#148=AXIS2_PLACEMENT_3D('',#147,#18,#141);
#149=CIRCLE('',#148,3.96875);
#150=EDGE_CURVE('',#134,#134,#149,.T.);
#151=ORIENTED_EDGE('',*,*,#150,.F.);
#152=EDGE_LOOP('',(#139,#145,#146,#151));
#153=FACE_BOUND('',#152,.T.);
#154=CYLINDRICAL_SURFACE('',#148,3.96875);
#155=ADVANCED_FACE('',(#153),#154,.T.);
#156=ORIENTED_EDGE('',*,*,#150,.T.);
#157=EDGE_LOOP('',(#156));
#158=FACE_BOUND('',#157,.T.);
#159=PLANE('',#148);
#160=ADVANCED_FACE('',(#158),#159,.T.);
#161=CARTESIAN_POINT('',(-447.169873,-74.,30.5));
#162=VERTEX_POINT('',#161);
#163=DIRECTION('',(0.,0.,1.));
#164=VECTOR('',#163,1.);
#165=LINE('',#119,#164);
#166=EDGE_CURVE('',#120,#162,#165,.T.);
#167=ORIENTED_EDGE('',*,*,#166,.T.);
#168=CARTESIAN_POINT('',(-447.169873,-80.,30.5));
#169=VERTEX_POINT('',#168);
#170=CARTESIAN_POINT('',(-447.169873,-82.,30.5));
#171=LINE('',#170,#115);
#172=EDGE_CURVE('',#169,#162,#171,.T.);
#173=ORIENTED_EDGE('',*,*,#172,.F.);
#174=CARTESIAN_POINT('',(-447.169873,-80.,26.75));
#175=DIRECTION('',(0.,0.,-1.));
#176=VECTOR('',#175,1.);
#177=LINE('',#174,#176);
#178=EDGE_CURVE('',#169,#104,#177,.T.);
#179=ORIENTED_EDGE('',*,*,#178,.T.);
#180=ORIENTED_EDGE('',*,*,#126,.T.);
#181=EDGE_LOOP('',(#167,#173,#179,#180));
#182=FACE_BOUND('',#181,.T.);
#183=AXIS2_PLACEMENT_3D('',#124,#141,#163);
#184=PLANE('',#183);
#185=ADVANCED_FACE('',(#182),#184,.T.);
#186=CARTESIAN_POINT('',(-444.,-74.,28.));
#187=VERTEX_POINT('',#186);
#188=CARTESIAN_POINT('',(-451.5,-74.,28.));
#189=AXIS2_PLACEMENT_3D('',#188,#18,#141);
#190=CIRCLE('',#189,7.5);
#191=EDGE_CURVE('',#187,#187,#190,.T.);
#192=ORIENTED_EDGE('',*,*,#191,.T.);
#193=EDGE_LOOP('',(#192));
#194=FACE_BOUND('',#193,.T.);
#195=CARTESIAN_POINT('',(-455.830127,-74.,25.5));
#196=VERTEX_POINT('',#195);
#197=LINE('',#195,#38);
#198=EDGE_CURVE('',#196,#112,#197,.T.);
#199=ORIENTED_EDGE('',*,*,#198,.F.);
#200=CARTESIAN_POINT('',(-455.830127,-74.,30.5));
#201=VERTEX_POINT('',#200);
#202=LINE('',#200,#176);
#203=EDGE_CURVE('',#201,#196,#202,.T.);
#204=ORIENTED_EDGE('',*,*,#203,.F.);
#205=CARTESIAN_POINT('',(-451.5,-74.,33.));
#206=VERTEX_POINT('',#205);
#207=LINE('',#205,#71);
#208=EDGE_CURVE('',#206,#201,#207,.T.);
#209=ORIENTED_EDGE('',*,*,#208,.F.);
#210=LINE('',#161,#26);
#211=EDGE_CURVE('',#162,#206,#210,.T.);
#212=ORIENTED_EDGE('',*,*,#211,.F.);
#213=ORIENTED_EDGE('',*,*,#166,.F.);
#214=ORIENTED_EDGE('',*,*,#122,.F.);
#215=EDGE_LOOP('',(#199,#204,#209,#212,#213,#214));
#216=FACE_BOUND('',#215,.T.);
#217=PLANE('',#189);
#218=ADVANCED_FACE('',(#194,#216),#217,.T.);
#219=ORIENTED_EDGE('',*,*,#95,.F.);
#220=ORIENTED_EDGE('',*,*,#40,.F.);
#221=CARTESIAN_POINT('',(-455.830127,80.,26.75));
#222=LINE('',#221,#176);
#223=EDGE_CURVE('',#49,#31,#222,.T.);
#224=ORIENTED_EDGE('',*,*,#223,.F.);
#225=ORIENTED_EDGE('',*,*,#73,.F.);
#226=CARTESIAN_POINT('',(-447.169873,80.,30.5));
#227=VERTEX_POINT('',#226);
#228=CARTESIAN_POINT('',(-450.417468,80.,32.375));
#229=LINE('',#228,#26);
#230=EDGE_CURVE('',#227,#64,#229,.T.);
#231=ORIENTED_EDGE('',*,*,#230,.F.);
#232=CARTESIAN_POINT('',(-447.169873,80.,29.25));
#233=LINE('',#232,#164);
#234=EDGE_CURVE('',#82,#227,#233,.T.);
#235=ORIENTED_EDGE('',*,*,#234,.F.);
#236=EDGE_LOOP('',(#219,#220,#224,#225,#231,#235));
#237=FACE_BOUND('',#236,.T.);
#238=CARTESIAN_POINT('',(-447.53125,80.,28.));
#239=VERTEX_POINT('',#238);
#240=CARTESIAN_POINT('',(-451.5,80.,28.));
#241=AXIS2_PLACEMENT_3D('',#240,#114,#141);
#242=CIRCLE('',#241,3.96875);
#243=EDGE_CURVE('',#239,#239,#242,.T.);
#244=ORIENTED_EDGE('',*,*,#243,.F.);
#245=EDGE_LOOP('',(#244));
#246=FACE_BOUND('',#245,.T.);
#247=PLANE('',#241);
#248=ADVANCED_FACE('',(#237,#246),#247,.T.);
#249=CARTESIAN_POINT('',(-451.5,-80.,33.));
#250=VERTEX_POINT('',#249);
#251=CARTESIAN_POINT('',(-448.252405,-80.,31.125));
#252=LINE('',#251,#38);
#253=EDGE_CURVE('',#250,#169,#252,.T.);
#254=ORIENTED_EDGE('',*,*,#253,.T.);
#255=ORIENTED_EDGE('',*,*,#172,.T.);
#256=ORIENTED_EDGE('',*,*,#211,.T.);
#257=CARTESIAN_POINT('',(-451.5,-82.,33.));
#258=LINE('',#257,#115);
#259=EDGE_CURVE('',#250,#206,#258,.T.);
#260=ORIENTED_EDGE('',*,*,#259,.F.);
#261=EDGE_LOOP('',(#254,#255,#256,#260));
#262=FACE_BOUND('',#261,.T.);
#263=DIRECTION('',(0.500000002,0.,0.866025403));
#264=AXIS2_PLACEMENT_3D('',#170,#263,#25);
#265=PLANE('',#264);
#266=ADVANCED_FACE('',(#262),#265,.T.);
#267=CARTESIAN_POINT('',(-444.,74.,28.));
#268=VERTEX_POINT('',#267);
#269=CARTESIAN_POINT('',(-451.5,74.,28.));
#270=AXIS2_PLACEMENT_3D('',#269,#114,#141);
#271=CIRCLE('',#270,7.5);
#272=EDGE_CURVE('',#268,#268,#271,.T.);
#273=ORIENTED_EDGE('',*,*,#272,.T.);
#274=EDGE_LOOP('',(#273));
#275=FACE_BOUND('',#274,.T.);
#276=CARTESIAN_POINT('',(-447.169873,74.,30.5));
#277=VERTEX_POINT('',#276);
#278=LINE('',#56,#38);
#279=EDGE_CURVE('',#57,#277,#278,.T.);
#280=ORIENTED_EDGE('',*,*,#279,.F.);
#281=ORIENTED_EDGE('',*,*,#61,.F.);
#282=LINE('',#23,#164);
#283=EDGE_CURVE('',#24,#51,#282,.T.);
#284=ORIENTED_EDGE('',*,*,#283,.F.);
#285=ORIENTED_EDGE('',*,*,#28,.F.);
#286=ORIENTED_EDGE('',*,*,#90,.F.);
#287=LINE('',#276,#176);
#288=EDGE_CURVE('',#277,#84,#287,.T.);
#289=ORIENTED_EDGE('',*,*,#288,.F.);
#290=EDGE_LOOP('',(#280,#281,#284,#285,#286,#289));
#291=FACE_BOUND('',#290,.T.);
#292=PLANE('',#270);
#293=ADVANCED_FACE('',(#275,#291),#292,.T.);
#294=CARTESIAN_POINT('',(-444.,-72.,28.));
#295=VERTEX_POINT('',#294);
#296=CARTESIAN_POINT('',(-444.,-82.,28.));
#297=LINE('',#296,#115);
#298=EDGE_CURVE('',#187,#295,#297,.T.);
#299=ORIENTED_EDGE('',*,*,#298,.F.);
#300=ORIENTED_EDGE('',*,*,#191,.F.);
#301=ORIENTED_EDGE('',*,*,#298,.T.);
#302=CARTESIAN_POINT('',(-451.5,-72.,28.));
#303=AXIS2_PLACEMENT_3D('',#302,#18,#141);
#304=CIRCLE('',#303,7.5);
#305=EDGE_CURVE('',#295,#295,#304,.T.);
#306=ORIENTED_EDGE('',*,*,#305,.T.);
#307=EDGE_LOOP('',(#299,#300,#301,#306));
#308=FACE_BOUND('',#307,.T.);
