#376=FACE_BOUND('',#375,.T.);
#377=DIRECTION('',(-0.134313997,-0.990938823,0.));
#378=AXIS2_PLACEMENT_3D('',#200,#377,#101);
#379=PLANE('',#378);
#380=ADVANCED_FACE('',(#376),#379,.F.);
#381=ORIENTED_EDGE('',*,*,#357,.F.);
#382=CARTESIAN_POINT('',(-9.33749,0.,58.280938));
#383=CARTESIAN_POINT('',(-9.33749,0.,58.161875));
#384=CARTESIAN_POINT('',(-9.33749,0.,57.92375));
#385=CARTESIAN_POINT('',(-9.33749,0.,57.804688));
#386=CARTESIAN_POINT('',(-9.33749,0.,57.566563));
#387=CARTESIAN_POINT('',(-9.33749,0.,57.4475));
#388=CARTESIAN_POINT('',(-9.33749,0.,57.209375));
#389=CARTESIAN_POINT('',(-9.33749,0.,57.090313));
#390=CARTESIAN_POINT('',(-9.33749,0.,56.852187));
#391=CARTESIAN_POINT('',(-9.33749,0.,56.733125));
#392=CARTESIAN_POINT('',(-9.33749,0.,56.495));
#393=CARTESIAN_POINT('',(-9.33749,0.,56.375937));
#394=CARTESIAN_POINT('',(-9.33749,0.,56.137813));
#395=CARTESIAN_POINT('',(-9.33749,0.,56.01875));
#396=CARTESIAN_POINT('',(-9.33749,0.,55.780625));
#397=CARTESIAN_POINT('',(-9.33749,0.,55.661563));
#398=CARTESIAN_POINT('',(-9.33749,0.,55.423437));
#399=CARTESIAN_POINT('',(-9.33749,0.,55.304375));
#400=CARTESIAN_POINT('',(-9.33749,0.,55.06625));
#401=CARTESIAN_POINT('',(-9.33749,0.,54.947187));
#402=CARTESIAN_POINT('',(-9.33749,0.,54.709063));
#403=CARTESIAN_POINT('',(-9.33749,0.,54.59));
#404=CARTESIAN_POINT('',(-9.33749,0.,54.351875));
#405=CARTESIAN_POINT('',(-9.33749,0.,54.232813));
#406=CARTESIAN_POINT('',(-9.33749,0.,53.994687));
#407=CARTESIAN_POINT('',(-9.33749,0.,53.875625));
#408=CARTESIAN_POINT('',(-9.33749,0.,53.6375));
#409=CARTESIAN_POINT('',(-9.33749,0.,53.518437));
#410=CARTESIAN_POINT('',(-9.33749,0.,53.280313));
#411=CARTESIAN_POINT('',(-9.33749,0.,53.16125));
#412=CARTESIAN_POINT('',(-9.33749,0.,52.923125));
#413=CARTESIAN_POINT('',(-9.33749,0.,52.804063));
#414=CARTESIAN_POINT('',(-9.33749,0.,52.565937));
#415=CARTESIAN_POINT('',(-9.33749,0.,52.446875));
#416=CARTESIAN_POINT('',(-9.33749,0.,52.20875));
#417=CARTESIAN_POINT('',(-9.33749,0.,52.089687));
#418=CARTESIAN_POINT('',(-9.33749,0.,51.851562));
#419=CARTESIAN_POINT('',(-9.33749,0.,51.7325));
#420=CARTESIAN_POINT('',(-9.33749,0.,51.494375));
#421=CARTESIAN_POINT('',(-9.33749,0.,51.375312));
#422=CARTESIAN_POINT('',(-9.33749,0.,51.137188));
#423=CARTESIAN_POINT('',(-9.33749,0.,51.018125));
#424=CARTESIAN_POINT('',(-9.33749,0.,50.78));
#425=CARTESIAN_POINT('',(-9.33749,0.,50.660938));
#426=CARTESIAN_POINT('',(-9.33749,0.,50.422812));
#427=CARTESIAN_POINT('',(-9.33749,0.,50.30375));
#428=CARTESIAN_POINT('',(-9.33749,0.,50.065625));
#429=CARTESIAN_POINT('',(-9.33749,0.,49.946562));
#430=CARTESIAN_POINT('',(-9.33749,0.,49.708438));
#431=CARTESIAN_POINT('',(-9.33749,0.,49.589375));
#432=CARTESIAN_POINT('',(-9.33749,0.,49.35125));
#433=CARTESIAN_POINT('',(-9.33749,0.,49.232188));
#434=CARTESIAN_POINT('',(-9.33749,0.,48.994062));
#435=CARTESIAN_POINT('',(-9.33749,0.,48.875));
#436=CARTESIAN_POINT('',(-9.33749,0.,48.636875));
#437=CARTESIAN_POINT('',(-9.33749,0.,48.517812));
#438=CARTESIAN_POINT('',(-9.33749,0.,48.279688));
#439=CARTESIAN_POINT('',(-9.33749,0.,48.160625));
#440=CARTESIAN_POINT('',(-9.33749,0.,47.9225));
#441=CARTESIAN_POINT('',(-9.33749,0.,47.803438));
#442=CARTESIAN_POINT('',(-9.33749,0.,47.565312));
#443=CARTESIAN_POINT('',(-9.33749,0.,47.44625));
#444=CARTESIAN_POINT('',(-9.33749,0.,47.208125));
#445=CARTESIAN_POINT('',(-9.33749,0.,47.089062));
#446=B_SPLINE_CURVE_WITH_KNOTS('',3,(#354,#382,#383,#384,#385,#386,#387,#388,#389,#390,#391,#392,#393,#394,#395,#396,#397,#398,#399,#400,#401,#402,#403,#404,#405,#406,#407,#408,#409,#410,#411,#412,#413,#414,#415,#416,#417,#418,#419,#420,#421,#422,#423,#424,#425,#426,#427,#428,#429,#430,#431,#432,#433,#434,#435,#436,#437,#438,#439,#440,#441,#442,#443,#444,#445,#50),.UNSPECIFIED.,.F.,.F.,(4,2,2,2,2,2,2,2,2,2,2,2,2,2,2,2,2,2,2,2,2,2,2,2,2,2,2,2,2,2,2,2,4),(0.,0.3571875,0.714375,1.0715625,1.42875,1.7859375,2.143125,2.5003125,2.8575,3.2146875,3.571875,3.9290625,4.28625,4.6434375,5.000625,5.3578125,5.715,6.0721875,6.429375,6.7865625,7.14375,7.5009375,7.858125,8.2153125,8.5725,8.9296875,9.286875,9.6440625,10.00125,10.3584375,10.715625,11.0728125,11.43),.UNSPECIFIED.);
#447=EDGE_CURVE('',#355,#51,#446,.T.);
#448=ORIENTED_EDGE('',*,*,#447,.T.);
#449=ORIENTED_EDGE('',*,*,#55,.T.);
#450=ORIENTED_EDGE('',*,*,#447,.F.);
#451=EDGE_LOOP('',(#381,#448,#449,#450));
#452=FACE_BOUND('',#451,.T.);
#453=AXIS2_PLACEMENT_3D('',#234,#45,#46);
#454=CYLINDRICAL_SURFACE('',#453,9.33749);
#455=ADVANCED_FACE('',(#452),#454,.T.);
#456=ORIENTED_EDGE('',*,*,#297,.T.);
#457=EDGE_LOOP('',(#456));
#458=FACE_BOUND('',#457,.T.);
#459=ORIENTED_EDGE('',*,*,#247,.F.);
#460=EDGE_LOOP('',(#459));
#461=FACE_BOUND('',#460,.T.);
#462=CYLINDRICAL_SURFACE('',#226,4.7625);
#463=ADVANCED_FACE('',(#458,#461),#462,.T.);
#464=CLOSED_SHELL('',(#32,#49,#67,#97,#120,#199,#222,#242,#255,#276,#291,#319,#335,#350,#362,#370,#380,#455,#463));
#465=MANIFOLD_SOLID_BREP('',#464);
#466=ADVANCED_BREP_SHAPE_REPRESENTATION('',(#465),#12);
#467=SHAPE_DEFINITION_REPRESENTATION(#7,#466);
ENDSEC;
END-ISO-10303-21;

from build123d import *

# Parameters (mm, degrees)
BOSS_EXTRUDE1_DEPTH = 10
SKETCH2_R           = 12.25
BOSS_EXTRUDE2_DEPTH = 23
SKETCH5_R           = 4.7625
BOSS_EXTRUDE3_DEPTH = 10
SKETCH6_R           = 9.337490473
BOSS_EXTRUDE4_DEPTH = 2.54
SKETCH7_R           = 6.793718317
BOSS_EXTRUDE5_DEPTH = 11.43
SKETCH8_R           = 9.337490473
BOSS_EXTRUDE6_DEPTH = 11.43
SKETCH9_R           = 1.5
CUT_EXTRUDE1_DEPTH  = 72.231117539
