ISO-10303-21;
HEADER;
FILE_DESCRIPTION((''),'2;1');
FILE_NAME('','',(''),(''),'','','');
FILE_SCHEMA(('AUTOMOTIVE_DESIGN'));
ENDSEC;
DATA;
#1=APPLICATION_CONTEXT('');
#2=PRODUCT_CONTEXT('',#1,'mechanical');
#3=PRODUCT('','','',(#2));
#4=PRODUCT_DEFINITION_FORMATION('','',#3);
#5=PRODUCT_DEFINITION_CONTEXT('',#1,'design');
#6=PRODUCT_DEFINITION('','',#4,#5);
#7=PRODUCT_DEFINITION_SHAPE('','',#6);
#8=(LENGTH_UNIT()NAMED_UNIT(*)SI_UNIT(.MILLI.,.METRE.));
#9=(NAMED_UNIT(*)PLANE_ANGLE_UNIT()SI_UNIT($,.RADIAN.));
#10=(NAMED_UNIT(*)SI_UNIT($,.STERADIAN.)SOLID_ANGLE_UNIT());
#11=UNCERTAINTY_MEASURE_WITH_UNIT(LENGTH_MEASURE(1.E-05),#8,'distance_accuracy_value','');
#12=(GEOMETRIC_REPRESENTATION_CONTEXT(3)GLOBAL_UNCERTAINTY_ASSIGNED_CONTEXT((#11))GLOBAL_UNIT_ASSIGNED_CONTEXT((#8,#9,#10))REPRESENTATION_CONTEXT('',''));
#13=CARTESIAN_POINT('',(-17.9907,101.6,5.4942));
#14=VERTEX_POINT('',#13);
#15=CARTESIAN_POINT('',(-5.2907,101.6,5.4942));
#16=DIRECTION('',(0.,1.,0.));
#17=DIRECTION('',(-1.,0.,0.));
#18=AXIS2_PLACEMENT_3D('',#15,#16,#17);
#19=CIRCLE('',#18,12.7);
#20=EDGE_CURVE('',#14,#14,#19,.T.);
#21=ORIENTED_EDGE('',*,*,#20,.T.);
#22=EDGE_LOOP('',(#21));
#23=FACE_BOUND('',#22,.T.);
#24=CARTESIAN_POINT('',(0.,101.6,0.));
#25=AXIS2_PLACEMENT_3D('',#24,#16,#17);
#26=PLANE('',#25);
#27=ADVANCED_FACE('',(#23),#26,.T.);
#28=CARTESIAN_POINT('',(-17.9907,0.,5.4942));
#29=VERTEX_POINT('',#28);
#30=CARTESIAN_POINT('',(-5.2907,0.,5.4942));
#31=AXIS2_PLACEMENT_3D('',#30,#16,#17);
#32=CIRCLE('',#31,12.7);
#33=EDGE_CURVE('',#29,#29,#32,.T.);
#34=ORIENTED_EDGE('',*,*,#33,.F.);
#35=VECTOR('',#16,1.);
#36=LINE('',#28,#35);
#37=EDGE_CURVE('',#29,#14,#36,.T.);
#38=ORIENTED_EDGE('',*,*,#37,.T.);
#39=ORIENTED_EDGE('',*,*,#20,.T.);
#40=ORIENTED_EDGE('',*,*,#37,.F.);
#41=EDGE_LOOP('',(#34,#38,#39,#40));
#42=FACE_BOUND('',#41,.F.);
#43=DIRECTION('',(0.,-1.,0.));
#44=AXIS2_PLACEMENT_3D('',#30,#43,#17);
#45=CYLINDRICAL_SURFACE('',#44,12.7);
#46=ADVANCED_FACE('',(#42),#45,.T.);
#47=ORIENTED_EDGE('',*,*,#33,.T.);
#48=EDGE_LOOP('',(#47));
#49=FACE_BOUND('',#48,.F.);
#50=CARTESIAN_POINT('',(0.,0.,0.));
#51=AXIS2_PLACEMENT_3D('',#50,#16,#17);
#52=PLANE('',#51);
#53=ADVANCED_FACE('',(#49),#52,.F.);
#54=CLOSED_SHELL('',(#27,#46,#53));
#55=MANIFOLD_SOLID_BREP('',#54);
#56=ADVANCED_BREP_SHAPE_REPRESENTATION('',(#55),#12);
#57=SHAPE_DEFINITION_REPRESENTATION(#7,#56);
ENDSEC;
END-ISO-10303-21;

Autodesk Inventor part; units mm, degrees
ref_plane "YZ Plane" through (0, 0, 0) normal (1, 0, 0) x (0, 1, 0)
ref_plane "XZ Plane" through (0, 0, 0) normal (0, 1, 0) x (-1, 0, 0)
ref_plane "XY Plane" through (0, 0, 0) normal (0, 0, 1) x (1, 0, 0)
sketch "Sketch1" plane through (0, 0, 0) normal (0, 1, 0) x (-1, 0, 0)
  circle A0 centre (5.2907, 5.4942) radius 12.7
  point P0 (0, 0)
  dimension "d0" = 25.4
  dimension "d0" = 25.4
extrude "Extrusion1" add sketch "Sketch1" along normal blind 101.6
properties part number "peg"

WHAT YOU HAVE TO DO: What is asked for is an exact copy of the lines above from the one containing "#8=(LENGTH_UNIT()NAMED_UNIT(*)SI_UNIT(.MILLI.,.METRE.));" through the one containing "#48=EDGE_LOOP('',(#47));", and only those.

OUTPUT:
#8=(LENGTH_UNIT()NAMED_UNIT(*)SI_UNIT(.MILLI.,.METRE.));
#9=(NAMED_UNIT(*)PLANE_ANGLE_UNIT()SI_UNIT($,.RADIAN.));
#10=(NAMED_UNIT(*)SI_UNIT($,.STERADIAN.)SOLID_ANGLE_UNIT());
#11=UNCERTAINTY_MEASURE_WITH_UNIT(LENGTH_MEASURE(1.E-05),#8,'distance_accuracy_value','');
#12=(GEOMETRIC_REPRESENTATION_CONTEXT(3)GLOBAL_UNCERTAINTY_ASSIGNED_CONTEXT((#11))GLOBAL_UNIT_ASSIGNED_CONTEXT((#8,#9,#10))REPRESENTATION_CONTEXT('',''));
#13=CARTESIAN_POINT('',(-17.9907,101.6,5.4942));
#14=VERTEX_POINT('',#13);
#15=CARTESIAN_POINT('',(-5.2907,101.6,5.4942));
#16=DIRECTION('',(0.,1.,0.));
#17=DIRECTION('',(-1.,0.,0.));
#18=AXIS2_PLACEMENT_3D('',#15,#16,#17);
#19=CIRCLE('',#18,12.7);
#20=EDGE_CURVE('',#14,#14,#19,.T.);
#21=ORIENTED_EDGE('',*,*,#20,.T.);
#22=EDGE_LOOP('',(#21));
#23=FACE_BOUND('',#22,.T.);
#24=CARTESIAN_POINT('',(0.,101.6,0.));
#25=AXIS2_PLACEMENT_3D('',#24,#16,#17);
#26=PLANE('',#25);
#27=ADVANCED_FACE('',(#23),#26,.T.);
#28=CARTESIAN_POINT('',(-17.9907,0.,5.4942));
#29=VERTEX_POINT('',#28);
#30=CARTESIAN_POINT('',(-5.2907,0.,5.4942));
#31=AXIS2_PLACEMENT_3D('',#30,#16,#17);
#32=CIRCLE('',#31,12.7);
#33=EDGE_CURVE('',#29,#29,#32,.T.);
#34=ORIENTED_EDGE('',*,*,#33,.F.);
#35=VECTOR('',#16,1.);
#36=LINE('',#28,#35);
#37=EDGE_CURVE('',#29,#14,#36,.T.);
#38=ORIENTED_EDGE('',*,*,#37,.T.);
#39=ORIENTED_EDGE('',*,*,#20,.T.);
#40=ORIENTED_EDGE('',*,*,#37,.F.);
#41=EDGE_LOOP('',(#34,#38,#39,#40));
#42=FACE_BOUND('',#41,.F.);
#43=DIRECTION('',(0.,-1.,0.));
#44=AXIS2_PLACEMENT_3D('',#30,#43,#17);
#45=CYLINDRICAL_SURFACE('',#44,12.7);
#46=ADVANCED_FACE('',(#42),#45,.T.);
#47=ORIENTED_EDGE('',*,*,#33,.T.);
#48=EDGE_LOOP('',(#47));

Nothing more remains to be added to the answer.